Pundits like to personalize politics because individuals make for compelling stories. Political scientists enjoy individual dramas too but pay at least as much attention to ideas, interests and institutions because they are usually far more telling than dramatic tales of individual derring-do.

For example, Matthews writes that “All those hours of social time between the liberal speaker and the conservative president, all the shared birthday parties and over-the-top Irish toasts, all the Saint Patrick’s Days spent together, served to keep open the lines of communication.”

Well, sure. But consider that in the Eighties the parties were not as polarized as they are now. When Reagan took office in 1981 his Democratic adversary was leading a caucus that included 50 or so moderate and conservative Democrats – the “boll weevils” who denied Tip a real majority and even imperiled his speakership, should conservative southerners turn against him (shades of John Boehner and the Tea Party).
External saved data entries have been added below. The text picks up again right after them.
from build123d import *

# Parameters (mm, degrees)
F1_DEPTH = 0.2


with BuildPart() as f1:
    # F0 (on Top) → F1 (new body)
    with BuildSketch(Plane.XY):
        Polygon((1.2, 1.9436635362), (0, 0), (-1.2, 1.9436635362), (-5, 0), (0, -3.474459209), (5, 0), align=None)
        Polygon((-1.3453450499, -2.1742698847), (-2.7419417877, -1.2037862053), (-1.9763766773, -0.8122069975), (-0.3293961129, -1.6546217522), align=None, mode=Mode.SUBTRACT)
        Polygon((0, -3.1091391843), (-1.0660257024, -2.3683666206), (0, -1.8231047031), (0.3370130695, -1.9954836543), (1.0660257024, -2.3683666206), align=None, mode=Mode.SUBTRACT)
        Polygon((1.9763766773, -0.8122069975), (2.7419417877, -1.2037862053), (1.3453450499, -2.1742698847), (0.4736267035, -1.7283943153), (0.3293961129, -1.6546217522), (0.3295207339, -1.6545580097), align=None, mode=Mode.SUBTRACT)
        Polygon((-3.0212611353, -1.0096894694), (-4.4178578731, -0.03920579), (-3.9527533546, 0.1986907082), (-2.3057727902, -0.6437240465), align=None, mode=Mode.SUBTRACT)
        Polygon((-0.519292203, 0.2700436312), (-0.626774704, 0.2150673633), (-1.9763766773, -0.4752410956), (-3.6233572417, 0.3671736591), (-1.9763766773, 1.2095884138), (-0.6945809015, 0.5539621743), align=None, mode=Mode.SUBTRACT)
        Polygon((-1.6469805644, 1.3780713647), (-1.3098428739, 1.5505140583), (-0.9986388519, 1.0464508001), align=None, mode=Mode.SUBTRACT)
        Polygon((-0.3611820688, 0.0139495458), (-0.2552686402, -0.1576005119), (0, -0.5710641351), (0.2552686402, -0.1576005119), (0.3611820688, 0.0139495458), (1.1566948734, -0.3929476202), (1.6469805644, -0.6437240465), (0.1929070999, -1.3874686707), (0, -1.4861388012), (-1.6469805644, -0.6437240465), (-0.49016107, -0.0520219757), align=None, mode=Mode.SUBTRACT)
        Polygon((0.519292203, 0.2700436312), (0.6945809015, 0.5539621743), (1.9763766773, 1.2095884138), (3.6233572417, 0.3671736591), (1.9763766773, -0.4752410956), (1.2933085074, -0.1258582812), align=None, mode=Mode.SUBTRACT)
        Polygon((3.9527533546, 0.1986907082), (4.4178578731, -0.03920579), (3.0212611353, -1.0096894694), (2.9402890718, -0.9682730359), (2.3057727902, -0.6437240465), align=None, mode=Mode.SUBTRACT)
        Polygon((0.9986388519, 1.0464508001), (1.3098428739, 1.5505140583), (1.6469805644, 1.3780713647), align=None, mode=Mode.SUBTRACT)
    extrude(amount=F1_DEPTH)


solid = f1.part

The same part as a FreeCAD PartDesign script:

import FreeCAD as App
import Part
import Sketcher

V = App.Vector
Q = App.Units.Quantity

doc = App.newDocument("Part")
body = doc.addObject("PartDesign::Body", "Body")

# Sketch on XY plane
sketch1 = body.newObject("Sketcher::SketchObject", "Sketch")
sketch1.AttachmentSupport = (doc.getObject("XY_Plane"), [""])
sketch1.MapMode = "FlatFace"
sketch1.addGeometry(Part.LineSegment(V(1.2, 1.943664, 0), V(0, 0, 0)), False)
sketch1.addGeometry(Part.LineSegment(V(0, 0, 0), V(-1.2, 1.943664, 0)), False)
sketch1.addGeometry(Part.LineSegment(V(-1.2, 1.943664, 0), V(-5, 0, 0)), False)
sketch1.addGeometry(Part.LineSegment(V(-5, 0, 0), V(0, -3.474459, 0)), False)
sketch1.addGeometry(Part.LineSegment(V(0, -3.474459, 0), V(5, 0, 0)), False)
sketch1.addGeometry(Part.LineSegment(V(5, 0, 0), V(1.2, 1.943664, 0)), False)
sketch1.addGeometry(Part.LineSegment(V(-0.329396, -1.654622, 0), V(-1.345345, -2.17427, 0)), False)
sketch1.addGeometry(Part.LineSegment(V(-1.345345, -2.17427, 0), V(-2.741942, -1.203786, 0)), False)
sketch1.addGeometry(Part.LineSegment(V(-2.741942, -1.203786, 0), V(-1.976377, -0.812207, 0)), False)
sketch1.addGeometry(Part.LineSegment(V(-1.976377, -0.812207, 0), V(-0.329396, -1.654622, 0)), False)
sketch1.addGeometry(Part.LineSegment(V(1.066026, -2.368367, 0), V(0, -3.109139, 0)), False)
sketch1.addGeometry(Part.LineSegment(V(0, -3.109139, 0), V(-1.066026, -2.368367, 0)), False)
sketch1.addGeometry(Part.LineSegment(V(-1.066026, -2.368367, 0), V(0, -1.823105, 0)), False)
sketch1.addGeometry(Part.LineSegment(V(0, -1.823105, 0), V(0.337013, -1.995484, 0)), False)
sketch1.addGeometry(Part.LineSegment(V(0.337013, -1.995484, 0), V(1.066026, -2.368367, 0)), False)
sketch1.addGeometry(Part.LineSegment(V(0.329521, -1.654558, 0), V(1.976377, -0.812207, 0)), False)
sketch1.addGeometry(Part.LineSegment(V(1.976377, -0.812207, 0), V(2.741942, -1.203786, 0)), False)
sketch1.addGeometry(Part.LineSegment(V(2.741942, -1.203786, 0), V(1.345345, -2.17427, 0)), False)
In Tip O’Neill and the Democratic Century, John A. Farrell writes that O’Neill was a patriot who honored the people’s decision on Election Day and honestly wished to give the president a chance after the failures of presidents Johnson, Nixon, Ford, and Carter. On the other hand Reagan was not hamstrung by an anti-government cabal in his own party. He sat unchallenged atop the conservative movement (which, to bait Jacoby a bit, would seem positively moderate today).

As for ideas, the New Deal liberalism of O’Neill is far from dominant in the DLC party of the Clintons or the Wall Street coddling party of Obama. Reagan did not have to deal with the extremism of the Tea Party or moneyed interests which have proven they can so manipulate a party primary as to displace Indiana’s Richard Lugar with the bizarrely right wing Richard Mourdock.

Yes, the unique capabilities of Ronald Reagan and Tip O’Neill counted but so did institutions, ideas, and interests.

As for Jacoby, he really did an excellent job in riling the area’s liberals, several of whom published fine letters to the editor pointing out Jacoby’s lack of attention to context. Jacoby was right that Kennedy was in some ways more conservative than modern liberals like to remember. So how did JFK get mismatched with the liberal political party (where he would feel pressure from its liberal interests) when he could have comfortably cuddled with the party of conservatism, the Republican Party?

Immigration.

Kennedy was the descendant of immigrants; in fact, the Boston elites’ most despised immigrants, the Irish (surpassed perhaps by the modern GOP’s obsession with Mexicans). When JFK came along a Massachusetts Democrat could be conservative. On social and civil rights issues the Massachusetts Republican Party was more liberal than the Democrats. A conservative, yes; but there was one thing an ambitious Irish Catholic politician could not be in Massachusetts, and that was a Republican. In terms of partisan institutions, that put Kennedy in the liberal party.

On immigration the Massachusetts GOP fell in behind its leader Henry Cabot Lodge, who spent much of his career defending the city upon a hill against the invasion of the inferior races. Cabot Lodge was one Republican who did not want immigrants and children of immigrants voting. There is nothing new under the sun.

Yes in politics individuals and their relationships matter. But don’t forget ideas, institutions, and interests.